Problem requirements »
From the data below, repeat exactly the lines from the line with "e48 v12 v41 LINE" to the line with "e51 v43 v44 LINE", both included.

Information »

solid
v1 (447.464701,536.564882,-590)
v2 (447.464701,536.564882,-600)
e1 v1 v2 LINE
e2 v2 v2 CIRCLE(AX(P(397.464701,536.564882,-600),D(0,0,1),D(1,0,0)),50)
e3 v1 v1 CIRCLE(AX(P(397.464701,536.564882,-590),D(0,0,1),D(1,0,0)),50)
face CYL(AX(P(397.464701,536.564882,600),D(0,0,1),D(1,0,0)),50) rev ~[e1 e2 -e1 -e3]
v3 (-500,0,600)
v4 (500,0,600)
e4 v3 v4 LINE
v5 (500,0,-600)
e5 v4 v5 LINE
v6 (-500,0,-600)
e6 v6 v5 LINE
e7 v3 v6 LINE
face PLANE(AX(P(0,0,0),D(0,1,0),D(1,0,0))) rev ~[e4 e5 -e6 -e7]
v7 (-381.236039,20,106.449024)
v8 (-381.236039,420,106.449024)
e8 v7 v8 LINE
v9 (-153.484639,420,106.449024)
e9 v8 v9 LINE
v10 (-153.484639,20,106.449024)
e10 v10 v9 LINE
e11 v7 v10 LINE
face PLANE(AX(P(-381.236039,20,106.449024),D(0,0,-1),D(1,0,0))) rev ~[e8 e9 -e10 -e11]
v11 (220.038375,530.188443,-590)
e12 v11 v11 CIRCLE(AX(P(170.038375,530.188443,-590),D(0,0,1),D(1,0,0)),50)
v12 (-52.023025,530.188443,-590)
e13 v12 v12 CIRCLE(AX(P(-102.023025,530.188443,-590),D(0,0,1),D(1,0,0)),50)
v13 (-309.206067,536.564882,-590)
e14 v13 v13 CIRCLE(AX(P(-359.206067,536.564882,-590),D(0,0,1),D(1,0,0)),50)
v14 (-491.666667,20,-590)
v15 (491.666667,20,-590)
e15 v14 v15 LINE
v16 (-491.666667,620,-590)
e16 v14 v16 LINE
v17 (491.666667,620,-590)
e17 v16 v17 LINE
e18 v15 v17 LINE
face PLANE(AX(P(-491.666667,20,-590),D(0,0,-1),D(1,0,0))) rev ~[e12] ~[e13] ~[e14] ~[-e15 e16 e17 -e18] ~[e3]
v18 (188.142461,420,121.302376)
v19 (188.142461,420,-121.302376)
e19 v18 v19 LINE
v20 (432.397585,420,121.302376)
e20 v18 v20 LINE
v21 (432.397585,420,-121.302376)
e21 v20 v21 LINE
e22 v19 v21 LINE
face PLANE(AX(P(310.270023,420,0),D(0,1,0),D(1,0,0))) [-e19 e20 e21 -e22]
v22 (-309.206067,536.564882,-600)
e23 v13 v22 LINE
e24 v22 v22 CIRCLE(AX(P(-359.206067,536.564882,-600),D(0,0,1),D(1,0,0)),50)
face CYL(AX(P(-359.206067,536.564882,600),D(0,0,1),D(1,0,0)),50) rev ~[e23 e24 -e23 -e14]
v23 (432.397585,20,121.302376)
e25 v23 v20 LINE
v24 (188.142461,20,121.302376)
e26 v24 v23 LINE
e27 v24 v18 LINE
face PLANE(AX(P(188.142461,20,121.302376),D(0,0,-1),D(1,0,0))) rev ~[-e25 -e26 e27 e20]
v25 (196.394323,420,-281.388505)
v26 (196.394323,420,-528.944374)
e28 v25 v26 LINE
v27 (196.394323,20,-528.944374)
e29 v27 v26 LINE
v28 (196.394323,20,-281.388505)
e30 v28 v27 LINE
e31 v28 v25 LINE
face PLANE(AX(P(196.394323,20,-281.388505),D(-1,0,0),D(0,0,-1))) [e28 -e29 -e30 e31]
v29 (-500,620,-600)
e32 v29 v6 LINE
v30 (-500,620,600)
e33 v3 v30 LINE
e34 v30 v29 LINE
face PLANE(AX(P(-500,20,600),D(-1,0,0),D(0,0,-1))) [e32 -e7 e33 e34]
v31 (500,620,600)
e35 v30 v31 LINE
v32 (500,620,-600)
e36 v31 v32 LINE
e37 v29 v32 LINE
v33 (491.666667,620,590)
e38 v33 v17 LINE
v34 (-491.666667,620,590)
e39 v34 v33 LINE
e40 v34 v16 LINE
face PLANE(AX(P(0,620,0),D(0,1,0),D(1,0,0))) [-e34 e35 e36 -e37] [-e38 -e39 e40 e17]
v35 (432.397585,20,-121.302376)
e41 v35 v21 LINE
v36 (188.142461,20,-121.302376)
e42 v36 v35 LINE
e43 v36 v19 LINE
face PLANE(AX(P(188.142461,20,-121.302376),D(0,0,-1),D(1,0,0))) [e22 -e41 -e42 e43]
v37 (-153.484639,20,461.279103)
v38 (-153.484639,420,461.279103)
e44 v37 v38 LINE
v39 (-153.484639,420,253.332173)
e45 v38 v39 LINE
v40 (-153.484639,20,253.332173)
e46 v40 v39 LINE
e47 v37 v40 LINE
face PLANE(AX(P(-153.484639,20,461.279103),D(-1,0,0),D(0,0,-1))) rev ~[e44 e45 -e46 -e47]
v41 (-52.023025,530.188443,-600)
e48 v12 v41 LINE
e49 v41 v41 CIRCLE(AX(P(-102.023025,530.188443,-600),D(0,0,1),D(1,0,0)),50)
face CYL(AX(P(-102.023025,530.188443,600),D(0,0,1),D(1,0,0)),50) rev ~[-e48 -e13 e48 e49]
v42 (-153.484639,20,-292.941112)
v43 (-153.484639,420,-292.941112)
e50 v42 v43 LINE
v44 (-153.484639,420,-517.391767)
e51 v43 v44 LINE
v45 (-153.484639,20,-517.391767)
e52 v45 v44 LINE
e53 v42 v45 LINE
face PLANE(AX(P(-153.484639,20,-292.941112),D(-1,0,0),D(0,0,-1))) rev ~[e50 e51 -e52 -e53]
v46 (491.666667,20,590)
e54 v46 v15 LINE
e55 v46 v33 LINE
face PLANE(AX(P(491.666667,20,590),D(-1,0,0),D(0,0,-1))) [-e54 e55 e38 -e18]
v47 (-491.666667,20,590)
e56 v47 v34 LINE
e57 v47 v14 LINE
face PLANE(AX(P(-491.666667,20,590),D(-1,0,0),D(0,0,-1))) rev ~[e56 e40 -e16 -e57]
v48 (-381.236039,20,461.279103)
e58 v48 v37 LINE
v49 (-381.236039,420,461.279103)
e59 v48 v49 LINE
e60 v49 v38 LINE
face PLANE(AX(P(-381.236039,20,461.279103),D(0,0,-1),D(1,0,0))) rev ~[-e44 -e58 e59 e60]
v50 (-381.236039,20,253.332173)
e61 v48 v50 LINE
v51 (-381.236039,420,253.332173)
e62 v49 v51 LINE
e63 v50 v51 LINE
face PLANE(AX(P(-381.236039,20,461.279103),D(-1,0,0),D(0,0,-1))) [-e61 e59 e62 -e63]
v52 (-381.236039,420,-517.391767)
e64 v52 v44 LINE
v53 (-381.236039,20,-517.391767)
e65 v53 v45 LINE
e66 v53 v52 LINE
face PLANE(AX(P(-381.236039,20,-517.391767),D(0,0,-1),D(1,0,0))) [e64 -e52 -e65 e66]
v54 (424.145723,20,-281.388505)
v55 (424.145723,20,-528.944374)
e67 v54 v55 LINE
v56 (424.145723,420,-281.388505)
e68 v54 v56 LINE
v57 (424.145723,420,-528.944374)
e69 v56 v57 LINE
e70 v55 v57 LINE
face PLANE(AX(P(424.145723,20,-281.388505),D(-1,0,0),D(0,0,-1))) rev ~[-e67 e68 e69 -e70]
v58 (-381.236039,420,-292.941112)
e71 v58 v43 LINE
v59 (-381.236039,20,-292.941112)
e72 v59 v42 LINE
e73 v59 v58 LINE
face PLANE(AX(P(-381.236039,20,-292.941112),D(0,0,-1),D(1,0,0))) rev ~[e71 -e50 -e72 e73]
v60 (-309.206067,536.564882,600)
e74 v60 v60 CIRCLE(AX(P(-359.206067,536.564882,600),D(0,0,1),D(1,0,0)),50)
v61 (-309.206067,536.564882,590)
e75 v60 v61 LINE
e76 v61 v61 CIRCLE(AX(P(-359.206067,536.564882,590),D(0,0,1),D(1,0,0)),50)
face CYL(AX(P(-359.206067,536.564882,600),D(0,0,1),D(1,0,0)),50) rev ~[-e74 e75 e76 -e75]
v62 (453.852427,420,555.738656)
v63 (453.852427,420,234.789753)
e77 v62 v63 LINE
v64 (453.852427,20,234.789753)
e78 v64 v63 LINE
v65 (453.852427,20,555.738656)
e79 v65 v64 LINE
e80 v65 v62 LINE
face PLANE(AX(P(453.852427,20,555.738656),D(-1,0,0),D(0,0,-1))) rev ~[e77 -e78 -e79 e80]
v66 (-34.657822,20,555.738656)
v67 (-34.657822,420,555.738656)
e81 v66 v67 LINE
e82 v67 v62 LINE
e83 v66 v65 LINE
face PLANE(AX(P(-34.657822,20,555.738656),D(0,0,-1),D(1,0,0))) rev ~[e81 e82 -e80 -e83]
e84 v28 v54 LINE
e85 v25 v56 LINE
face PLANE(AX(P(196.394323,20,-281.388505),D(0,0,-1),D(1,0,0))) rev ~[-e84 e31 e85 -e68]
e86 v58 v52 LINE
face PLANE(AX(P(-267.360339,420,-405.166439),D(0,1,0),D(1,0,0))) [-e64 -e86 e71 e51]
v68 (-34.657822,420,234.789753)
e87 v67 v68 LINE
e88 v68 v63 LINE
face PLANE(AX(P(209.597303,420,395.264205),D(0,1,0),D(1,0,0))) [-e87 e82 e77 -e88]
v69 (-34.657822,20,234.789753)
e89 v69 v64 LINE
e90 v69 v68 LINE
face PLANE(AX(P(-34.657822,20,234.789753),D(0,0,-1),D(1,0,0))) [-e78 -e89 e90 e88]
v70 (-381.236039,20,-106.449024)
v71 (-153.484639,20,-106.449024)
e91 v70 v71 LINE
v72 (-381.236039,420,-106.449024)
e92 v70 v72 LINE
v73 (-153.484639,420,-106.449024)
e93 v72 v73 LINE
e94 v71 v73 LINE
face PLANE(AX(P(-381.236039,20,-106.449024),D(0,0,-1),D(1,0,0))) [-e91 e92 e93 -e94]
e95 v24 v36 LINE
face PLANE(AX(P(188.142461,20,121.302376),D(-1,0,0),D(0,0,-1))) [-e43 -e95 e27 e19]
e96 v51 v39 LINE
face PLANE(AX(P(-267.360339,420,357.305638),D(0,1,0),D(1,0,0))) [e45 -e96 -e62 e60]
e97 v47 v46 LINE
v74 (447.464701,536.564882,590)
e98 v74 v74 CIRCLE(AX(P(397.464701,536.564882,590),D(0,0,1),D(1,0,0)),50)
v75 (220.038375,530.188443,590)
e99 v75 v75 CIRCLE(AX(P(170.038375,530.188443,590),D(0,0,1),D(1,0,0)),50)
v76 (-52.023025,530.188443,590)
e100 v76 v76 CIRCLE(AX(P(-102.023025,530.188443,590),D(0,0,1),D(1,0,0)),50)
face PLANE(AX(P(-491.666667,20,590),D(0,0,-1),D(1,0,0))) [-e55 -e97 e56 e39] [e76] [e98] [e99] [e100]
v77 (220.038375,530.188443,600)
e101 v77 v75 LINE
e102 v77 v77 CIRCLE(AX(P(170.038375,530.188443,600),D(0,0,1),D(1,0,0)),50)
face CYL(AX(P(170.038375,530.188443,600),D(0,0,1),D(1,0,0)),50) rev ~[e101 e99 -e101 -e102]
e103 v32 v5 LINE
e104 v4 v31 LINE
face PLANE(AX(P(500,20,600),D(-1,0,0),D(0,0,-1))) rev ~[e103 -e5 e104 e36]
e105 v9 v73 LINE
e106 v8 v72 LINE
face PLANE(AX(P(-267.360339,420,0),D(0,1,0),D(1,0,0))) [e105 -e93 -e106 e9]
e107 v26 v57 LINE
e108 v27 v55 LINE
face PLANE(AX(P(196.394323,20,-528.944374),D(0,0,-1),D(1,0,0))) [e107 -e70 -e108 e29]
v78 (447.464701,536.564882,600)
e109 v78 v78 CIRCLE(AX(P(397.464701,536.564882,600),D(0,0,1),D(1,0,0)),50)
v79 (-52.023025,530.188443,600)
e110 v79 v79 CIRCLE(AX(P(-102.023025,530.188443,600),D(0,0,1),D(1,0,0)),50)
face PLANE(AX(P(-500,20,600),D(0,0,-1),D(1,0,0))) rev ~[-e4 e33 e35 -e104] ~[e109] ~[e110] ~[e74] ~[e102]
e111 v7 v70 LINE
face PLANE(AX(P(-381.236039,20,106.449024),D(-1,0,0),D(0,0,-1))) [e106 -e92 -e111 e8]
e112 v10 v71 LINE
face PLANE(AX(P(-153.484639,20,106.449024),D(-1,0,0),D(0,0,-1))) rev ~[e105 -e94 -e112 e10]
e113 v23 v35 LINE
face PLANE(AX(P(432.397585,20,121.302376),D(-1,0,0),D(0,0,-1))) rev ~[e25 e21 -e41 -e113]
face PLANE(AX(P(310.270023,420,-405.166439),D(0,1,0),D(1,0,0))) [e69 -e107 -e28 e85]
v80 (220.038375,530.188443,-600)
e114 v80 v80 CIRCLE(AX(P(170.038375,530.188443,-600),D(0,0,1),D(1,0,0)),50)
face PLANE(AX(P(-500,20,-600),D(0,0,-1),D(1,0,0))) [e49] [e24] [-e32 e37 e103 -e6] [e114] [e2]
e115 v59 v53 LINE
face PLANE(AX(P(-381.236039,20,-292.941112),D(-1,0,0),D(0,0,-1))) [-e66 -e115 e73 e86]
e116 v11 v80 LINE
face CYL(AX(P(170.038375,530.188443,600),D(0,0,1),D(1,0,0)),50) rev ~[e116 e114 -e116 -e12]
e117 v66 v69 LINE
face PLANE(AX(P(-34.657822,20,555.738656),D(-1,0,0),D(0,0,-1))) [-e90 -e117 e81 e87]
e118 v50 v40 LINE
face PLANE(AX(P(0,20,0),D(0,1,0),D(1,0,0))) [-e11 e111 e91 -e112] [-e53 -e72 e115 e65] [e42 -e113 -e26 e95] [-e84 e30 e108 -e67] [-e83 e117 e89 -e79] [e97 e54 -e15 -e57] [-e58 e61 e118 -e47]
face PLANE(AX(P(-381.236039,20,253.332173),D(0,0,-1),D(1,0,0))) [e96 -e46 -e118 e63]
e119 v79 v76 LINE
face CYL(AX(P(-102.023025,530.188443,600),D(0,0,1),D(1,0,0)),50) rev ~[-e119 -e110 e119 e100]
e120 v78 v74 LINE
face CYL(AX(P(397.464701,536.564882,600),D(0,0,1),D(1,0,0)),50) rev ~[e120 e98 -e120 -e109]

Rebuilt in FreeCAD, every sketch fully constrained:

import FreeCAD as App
import Part
import Sketcher

V = App.Vector


def add_polygon(sketch, points):
    """Adds a closed chain of lines whose ends are joined by coincident constraints."""
    first, n = sketch.GeometryCount, len(points)
    for a, b in zip(points, points[1:] + points[:1]):
        sketch.addGeometry(Part.LineSegment(App.Vector(*a, 0), App.Vector(*b, 0)), False)
    for i in range(n):
        sketch.addConstraint(Sketcher.Constraint("Coincident", first + i, 2, first + (i + 1) % n, 1))

doc = App.newDocument("Part")
body = doc.addObject("PartDesign::Body", "Body")

sketch1 = body.newObject("Sketcher::SketchObject", "Sketch")
sketch1.AttachmentSupport = (doc.getObject("XZ_Plane"), [""])
sketch1.MapMode = "FlatFace"
add_polygon(sketch1, [(-500, -600), (-500, 600), (500, 600), (500, -600)])
sketch1.addConstraint(Sketcher.Constraint("Vertical", 0))
sketch1.addConstraint(Sketcher.Constraint("Horizontal", 1))
sketch1.addConstraint(Sketcher.Constraint("Vertical", 2))
sketch1.addConstraint(Sketcher.Constraint("Horizontal", 3))
sketch1.addConstraint(Sketcher.Constraint("Symmetric", 0, 2, 2, 2, -1, 1))
sketch1.addConstraint(Sketcher.Constraint("DistanceX", 1, 1, 1, 2, 1000.0))
sketch1.addConstraint(Sketcher.Constraint("DistanceY", 0, 1, 0, 2, 1200.0))
pad1 = body.newObject("PartDesign::Pad", "Pad")
pad1.Profile = sketch1
pad1.Length = 20
pad1.Reversed = True

sketch2 = body.newObject("Sketcher::SketchObject", "Sketch001")
sketch2.AttachmentSupport = (doc.getObject("XZ_Plane"), [""])
sketch2.MapMode = "FlatFace"
sketch2.AttachmentOffset = App.Placement(V(0, 0, -20), App.Rotation())
add_polygon(sketch2, [(-500, -600), (-500, 600), (500, 600), (500, -600)])
add_polygon(sketch2, [(491.666667, 590), (-491.666667, 590), (-491.666667, -590), (491.666667, -590)])
sketch2.addConstraint(Sketcher.Constraint("Vertical", 0))
sketch2.addConstraint(Sketcher.Constraint("Horizontal", 1))
sketch2.addConstraint(Sketcher.Constraint("Vertical", 2))
sketch2.addConstraint(Sketcher.Constraint("Horizontal", 3))
sketch2.addConstraint(Sketcher.Constraint("Horizontal", 4))
sketch2.addConstraint(Sketcher.Constraint("Vertical", 5))
sketch2.addConstraint(Sketcher.Constraint("Horizontal", 6))
sketch2.addConstraint(Sketcher.Constraint("Vertical", 7))
sketch2.addConstraint(Sketcher.Constraint("Symmetric", 0, 2, 2, 2, -1, 1))
sketch2.addConstraint(Sketcher.Constraint("Symmetric", 4, 2, 6, 2, -1, 1))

Task answer »
e48 v12 v41 LINE
e49 v41 v41 CIRCLE(AX(P(-102.023025,530.188443,-600),D(0,0,1),D(1,0,0)),50)
face CYL(AX(P(-102.023025,530.188443,600),D(0,0,1),D(1,0,0)),50) rev ~[-e48 -e13 e48 e49]
v42 (-153.484639,20,-292.941112)
v43 (-153.484639,420,-292.941112)
e50 v42 v43 LINE
v44 (-153.484639,420,-517.391767)
e51 v43 v44 LINE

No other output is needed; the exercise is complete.